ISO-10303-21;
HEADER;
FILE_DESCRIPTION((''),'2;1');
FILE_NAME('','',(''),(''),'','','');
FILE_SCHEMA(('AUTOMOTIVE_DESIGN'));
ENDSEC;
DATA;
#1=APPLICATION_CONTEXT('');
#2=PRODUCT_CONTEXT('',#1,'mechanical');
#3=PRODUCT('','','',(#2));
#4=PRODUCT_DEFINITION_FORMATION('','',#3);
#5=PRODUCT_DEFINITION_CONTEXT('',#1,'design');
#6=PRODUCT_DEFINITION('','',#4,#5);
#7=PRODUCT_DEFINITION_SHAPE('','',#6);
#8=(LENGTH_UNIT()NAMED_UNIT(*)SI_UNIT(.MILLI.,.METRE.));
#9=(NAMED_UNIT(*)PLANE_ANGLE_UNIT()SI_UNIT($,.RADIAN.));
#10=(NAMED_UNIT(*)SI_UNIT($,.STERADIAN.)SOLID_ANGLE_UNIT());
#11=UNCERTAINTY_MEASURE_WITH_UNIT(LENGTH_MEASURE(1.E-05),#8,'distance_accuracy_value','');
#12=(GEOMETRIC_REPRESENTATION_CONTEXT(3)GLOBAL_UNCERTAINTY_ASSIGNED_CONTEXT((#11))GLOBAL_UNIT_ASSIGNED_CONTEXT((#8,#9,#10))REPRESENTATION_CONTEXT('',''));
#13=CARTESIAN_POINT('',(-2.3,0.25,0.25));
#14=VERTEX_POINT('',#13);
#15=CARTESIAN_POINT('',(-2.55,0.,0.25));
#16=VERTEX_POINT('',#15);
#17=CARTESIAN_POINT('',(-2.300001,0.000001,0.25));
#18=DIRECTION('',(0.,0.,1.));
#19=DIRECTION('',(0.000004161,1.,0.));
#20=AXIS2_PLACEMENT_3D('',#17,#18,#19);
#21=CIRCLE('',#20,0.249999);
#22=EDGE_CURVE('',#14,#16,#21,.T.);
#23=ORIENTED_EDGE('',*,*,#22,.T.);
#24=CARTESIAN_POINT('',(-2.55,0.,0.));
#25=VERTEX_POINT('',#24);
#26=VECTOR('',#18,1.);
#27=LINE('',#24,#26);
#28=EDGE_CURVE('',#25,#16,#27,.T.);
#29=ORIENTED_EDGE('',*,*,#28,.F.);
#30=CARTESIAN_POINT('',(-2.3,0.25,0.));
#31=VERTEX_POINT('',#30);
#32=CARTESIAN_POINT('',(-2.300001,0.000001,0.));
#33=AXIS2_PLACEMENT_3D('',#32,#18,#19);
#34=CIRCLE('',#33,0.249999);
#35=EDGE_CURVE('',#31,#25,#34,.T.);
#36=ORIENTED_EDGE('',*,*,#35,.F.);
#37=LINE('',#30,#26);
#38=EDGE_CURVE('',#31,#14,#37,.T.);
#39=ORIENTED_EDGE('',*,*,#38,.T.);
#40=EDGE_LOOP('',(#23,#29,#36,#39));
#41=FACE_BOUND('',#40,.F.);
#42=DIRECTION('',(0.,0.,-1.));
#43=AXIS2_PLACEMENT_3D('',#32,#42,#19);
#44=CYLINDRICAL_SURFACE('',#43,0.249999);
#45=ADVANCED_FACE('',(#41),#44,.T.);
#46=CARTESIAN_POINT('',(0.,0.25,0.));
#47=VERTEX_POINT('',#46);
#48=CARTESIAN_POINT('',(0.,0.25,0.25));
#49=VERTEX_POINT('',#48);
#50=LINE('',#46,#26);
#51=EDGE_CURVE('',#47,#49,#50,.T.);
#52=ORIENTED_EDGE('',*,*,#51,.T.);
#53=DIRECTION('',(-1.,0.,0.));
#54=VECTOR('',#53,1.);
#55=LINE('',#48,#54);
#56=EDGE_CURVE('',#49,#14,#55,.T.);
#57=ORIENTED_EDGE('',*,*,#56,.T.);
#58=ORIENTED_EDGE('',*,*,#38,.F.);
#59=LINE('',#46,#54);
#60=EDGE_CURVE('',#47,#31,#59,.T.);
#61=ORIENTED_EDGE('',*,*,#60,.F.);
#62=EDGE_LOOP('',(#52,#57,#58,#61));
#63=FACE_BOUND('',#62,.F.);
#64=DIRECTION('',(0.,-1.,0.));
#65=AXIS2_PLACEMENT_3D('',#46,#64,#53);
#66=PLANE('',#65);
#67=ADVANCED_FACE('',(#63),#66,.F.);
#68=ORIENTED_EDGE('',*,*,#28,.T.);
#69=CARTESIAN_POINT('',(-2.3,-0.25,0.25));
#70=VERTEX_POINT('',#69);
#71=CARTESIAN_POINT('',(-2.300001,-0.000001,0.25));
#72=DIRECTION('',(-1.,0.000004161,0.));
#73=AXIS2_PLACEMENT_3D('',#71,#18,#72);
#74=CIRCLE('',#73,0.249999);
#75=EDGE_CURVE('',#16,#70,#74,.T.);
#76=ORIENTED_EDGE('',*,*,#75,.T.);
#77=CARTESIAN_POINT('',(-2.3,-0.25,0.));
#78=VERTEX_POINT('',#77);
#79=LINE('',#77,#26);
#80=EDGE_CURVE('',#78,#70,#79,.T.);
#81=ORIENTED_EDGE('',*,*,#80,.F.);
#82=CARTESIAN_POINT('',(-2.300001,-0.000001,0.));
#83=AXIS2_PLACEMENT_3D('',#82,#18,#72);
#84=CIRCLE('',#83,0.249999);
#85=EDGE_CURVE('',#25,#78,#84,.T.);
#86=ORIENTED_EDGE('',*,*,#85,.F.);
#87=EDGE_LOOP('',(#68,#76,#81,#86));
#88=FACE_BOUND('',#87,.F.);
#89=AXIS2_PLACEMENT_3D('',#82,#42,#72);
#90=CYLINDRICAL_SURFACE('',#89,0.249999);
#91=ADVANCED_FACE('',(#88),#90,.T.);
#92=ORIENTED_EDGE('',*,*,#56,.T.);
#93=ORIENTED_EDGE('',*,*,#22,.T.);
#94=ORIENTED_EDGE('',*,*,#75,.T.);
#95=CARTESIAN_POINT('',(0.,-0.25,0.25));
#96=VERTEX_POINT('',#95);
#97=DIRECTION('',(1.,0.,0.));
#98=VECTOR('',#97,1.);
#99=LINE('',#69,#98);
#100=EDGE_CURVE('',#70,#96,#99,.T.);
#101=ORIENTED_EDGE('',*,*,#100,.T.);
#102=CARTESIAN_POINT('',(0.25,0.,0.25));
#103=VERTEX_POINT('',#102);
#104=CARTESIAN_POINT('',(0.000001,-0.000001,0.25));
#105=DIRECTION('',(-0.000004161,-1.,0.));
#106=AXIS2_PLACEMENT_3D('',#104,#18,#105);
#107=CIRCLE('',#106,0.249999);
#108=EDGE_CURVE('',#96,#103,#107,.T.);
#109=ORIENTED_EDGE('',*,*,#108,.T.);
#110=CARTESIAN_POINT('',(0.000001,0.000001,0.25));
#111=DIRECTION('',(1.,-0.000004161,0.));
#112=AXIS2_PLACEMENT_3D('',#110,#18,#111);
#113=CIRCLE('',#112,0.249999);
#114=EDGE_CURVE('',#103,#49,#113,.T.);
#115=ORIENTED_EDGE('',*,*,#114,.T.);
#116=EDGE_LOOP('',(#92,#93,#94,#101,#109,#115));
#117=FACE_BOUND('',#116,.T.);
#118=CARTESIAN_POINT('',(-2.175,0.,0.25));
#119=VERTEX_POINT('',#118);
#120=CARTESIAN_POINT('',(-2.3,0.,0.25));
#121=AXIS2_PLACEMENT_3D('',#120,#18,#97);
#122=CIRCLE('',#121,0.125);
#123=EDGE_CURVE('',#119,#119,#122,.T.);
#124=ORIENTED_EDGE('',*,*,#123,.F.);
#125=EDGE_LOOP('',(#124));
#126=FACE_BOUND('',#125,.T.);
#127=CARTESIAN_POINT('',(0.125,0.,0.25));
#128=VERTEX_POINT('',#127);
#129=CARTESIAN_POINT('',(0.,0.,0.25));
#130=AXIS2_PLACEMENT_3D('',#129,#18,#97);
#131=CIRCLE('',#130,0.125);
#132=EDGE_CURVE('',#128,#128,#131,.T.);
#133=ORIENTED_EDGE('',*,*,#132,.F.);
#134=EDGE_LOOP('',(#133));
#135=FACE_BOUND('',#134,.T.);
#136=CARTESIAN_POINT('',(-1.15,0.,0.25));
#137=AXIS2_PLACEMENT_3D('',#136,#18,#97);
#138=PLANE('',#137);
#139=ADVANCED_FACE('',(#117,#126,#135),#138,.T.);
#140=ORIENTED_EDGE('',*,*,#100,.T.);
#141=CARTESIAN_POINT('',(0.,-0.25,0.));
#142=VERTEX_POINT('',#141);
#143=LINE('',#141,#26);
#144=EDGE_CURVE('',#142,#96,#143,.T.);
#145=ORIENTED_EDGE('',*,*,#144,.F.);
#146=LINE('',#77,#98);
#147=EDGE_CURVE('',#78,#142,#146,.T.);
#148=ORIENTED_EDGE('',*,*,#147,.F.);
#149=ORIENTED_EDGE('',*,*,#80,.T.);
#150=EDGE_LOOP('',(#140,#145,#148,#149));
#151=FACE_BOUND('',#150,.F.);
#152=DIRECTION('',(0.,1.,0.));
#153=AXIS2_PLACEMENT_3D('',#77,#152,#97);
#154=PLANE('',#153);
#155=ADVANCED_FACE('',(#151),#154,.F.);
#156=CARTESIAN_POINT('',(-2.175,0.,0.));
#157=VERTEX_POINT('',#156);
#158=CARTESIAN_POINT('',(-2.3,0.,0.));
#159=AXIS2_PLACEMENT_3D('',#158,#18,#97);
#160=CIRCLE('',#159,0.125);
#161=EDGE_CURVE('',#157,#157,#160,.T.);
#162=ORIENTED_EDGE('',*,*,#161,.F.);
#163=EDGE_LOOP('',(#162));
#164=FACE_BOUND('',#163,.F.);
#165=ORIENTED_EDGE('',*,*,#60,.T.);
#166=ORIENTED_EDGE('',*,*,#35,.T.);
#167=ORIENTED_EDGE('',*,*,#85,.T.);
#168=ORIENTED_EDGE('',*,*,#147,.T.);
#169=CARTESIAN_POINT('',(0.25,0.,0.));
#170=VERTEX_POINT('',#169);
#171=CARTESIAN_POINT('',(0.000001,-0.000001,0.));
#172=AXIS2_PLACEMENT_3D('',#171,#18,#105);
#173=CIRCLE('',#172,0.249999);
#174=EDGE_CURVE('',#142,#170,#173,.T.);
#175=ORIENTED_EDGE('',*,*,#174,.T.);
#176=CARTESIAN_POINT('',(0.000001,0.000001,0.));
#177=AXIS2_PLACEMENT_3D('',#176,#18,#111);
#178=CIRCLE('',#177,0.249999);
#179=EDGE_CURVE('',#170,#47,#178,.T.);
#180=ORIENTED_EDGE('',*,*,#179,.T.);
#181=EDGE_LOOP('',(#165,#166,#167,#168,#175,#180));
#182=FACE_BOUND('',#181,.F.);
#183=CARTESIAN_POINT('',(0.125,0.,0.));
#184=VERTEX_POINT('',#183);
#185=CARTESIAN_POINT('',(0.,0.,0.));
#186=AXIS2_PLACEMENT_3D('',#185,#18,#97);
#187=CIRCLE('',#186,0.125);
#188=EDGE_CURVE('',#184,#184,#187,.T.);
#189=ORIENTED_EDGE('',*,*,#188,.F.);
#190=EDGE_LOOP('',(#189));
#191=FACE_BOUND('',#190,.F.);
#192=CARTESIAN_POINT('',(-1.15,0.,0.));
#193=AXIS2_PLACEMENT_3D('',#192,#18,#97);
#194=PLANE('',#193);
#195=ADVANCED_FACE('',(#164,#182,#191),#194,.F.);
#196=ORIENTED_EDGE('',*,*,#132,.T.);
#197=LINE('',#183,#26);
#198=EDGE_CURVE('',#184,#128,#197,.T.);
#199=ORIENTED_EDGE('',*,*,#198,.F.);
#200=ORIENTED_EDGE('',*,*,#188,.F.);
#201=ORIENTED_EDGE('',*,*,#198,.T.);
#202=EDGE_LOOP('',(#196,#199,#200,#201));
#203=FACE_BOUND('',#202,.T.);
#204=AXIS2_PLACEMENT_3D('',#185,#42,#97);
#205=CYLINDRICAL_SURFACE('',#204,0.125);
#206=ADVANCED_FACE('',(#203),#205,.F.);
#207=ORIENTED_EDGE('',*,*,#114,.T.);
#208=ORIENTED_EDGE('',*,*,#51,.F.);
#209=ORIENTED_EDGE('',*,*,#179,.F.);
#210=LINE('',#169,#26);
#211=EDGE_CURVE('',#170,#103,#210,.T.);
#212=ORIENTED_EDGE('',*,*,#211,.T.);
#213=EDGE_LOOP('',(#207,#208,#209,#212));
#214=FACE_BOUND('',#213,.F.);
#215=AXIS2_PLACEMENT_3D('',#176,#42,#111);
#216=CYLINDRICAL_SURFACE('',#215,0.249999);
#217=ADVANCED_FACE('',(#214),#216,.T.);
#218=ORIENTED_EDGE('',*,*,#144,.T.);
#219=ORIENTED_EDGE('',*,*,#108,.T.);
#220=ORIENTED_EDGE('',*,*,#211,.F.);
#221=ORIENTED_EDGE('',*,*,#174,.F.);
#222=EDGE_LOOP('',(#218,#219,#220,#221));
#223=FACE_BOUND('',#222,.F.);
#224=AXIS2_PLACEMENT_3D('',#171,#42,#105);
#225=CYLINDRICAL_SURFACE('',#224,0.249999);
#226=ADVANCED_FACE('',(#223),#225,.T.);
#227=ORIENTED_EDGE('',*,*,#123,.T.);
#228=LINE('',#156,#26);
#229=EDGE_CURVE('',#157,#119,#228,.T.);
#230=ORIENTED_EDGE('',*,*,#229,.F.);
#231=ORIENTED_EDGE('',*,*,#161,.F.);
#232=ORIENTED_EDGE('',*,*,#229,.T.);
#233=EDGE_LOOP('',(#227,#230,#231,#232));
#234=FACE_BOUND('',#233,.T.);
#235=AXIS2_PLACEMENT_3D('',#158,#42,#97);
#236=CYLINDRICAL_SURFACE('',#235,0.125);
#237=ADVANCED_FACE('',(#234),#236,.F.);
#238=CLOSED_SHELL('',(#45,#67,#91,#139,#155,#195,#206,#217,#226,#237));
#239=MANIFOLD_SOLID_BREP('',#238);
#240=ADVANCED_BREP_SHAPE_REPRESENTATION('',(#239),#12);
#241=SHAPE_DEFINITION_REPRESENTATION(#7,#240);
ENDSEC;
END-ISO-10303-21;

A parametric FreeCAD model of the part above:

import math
import FreeCAD as App
import Part
import Sketcher

V = App.Vector
Q = App.Units.Quantity

doc = App.newDocument("Part")
params = doc.addObject("Spreadsheet::Sheet", "Params")
for row, (alias, value) in enumerate([
    ("sketch1_diameter", "0.25 mm"),
    ("sketch1_radius", "0.249999 mm"),
    ("sketch1_width", "2.3 mm"),
    ("pad1_length", "0.25 mm"),
], start=1):
    params.set(f"A{row}", alias)
    params.set(f"B{row}", "=" + value)
    params.setAlias(f"B{row}", alias)

body = doc.addObject("PartDesign::Body", "Body")

# Sketch on XY plane
sketch1 = doc.addObject("Sketcher::SketchObject", "Sketch")
body.addObject(sketch1)
sketch1.AttachmentSupport = (doc.XY_Plane, [""])
sketch1.MapMode = "FlatFace"
sketch1.addGeometry([
    Part.LineSegment(V(0, 0.25, 0), V(-2.3, 0.25, 0)),  # 0
    Part.ArcOfCircle(Part.Circle(V(-2.300001, 0.000001, 0), V(0, 0, 1), 0.249999), math.radians(89.999762), math.radians(180.000238)),  # 1
    Part.ArcOfCircle(Part.Circle(V(-2.300001, -0.000001, 0), V(0, 0, 1), 0.249999), math.radians(179.999762), math.radians(270.000238)),  # 2
    Part.LineSegment(V(-2.3, -0.25, 0), V(0, -0.25, 0)),  # 3
    Part.ArcOfCircle(Part.Circle(V(0.000001, -0.000001, 0), V(0, 0, 1), 0.249999), math.radians(-90.000238), math.radians(0.000238)),  # 4
    Part.ArcOfCircle(Part.Circle(V(0.000001, 0.000001, 0), V(0, 0, 1), 0.249999), math.radians(-0.000238), math.radians(90.000238)),  # 5
    Part.Circle(V(-2.3, 0, 0), V(0, 0, 1), 0.125),  # 6
    Part.Circle(V(0, 0, 0), V(0, 0, 1), 0.125),  # 7
], False)
sketch1.addConstraint([
    Sketcher.Constraint("Coincident", 0, 2, 1, 1),
    Sketcher.Constraint("Coincident", 1, 2, 2, 1),
    Sketcher.Constraint("Coincident", 2, 2, 3, 1),
    Sketcher.Constraint("Coincident", 3, 2, 4, 1),
    Sketcher.Constraint("Coincident", 4, 2, 5, 1),
    Sketcher.Constraint("Coincident", 5, 2, 0, 1),
    Sketcher.Constraint("Horizontal", 0),
    Sketcher.Constraint("Horizontal", 3),
    Sketcher.Constraint("Coincident", 4, 3, -1, 1),
    Sketcher.Constraint("Coincident", 5, 3, -1, 1),
    Sketcher.Constraint("Coincident", 7, 3, -1, 1),
    Sketcher.Constraint("Coincident", 2, 3, 1, 3),
    Sketcher.Constraint("Coincident", 6, 3, 1, 3),
    Sketcher.Constraint("Equal", 6, 7),
    Sketcher.Constraint("PointOnObject", 1, 2, -1),
    Sketcher.Constraint("PointOnObject", 3, 2, -2),
    Sketcher.Constraint("PointOnObject", 4, 2, -1),
    Sketcher.Constraint("PointOnObject", 5, 2, -2),
    Sketcher.Constraint("Vertical", 6, 3, 0, 2),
______________________________
• [Exercise directions] The lines above from the one with "#83=AXIS2_PLACEMENT_3D('',#82,#18,#72);" through the one with "#112=AXIS2_PLACEMENT_3D('',#110,#18,#111);" are to be duplicated exactly, ends included, with nothing added.

• [Task response]
#83=AXIS2_PLACEMENT_3D('',#82,#18,#72);
#84=CIRCLE('',#83,0.249999);
#85=EDGE_CURVE('',#25,#78,#84,.T.);
#86=ORIENTED_EDGE('',*,*,#85,.F.);
#87=EDGE_LOOP('',(#68,#76,#81,#86));
#88=FACE_BOUND('',#87,.F.);
#89=AXIS2_PLACEMENT_3D('',#82,#42,#72);
#90=CYLINDRICAL_SURFACE('',#89,0.249999);
#91=ADVANCED_FACE('',(#88),#90,.T.);
#92=ORIENTED_EDGE('',*,*,#56,.T.);
#93=ORIENTED_EDGE('',*,*,#22,.T.);
#94=ORIENTED_EDGE('',*,*,#75,.T.);
#95=CARTESIAN_POINT('',(0.,-0.25,0.25));
#96=VERTEX_POINT('',#95);
#97=DIRECTION('',(1.,0.,0.));
#98=VECTOR('',#97,1.);
#99=LINE('',#69,#98);
#100=EDGE_CURVE('',#70,#96,#99,.T.);
#101=ORIENTED_EDGE('',*,*,#100,.T.);
#102=CARTESIAN_POINT('',(0.25,0.,0.25));
#103=VERTEX_POINT('',#102);
#104=CARTESIAN_POINT('',(0.000001,-0.000001,0.25));
#105=DIRECTION('',(-0.000004161,-1.,0.));
#106=AXIS2_PLACEMENT_3D('',#104,#18,#105);
#107=CIRCLE('',#106,0.249999);
#108=EDGE_CURVE('',#96,#103,#107,.T.);
#109=ORIENTED_EDGE('',*,*,#108,.T.);
#110=CARTESIAN_POINT('',(0.000001,0.000001,0.25));
#111=DIRECTION('',(1.,-0.000004161,0.));
#112=AXIS2_PLACEMENT_3D('',#110,#18,#111);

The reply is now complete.